What is needed: Give back exactly the lines of the material below that start at the line containing "v 23.473 16.184 24" and end at the line containing "v 21.505 27.98 0", and no others.

•••••

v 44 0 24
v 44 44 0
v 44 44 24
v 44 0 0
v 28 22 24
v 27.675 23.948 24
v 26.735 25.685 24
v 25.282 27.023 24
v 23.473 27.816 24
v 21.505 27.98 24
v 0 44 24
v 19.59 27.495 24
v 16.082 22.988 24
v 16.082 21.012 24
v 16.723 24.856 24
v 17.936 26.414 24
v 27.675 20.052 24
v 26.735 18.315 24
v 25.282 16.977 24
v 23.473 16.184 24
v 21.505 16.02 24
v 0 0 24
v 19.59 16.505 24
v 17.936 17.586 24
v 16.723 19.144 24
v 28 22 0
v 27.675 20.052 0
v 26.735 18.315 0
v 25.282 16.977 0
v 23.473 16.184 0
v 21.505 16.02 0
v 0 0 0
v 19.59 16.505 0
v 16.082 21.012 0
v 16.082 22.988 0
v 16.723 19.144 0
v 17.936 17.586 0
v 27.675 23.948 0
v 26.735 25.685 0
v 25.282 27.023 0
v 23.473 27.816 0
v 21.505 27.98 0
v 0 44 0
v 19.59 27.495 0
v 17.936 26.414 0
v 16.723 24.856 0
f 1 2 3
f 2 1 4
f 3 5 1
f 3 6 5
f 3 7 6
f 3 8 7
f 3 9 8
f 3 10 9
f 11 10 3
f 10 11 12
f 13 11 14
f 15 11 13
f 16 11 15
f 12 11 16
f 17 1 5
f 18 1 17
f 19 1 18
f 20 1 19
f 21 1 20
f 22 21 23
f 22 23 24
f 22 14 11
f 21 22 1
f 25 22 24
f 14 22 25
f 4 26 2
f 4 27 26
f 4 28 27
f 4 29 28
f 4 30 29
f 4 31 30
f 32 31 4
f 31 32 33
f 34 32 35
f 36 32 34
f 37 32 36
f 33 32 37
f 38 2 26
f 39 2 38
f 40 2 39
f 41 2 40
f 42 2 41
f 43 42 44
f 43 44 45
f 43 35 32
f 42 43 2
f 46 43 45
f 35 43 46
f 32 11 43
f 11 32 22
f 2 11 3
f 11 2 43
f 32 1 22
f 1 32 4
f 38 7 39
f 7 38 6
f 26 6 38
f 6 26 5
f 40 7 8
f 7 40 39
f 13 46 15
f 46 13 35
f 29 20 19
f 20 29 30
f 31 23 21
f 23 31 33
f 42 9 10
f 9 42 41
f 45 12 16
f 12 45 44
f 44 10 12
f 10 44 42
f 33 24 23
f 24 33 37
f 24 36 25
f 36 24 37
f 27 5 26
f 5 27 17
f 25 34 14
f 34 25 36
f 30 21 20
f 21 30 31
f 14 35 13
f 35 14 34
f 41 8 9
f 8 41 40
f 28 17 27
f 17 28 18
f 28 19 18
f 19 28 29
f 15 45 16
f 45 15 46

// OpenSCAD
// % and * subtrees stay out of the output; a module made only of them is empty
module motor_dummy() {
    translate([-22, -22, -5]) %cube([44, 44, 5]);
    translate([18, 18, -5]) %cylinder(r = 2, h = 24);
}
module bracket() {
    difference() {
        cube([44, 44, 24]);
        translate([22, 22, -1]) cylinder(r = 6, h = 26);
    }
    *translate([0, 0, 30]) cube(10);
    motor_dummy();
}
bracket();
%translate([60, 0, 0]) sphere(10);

•••••

Solution below:
v 23.473 16.184 24
v 21.505 16.02 24
v 0 0 24
v 19.59 16.505 24
v 17.936 17.586 24
v 16.723 19.144 24
v 28 22 0
v 27.675 20.052 0
v 26.735 18.315 0
v 25.282 16.977 0
v 23.473 16.184 0
v 21.505 16.02 0
v 0 0 0
v 19.59 16.505 0
v 16.082 21.012 0
v 16.082 22.988 0
v 16.723 19.144 0
v 17.936 17.586 0
v 27.675 23.948 0
v 26.735 25.685 0
v 25.282 27.023 0
v 23.473 27.816 0
v 21.505 27.98 0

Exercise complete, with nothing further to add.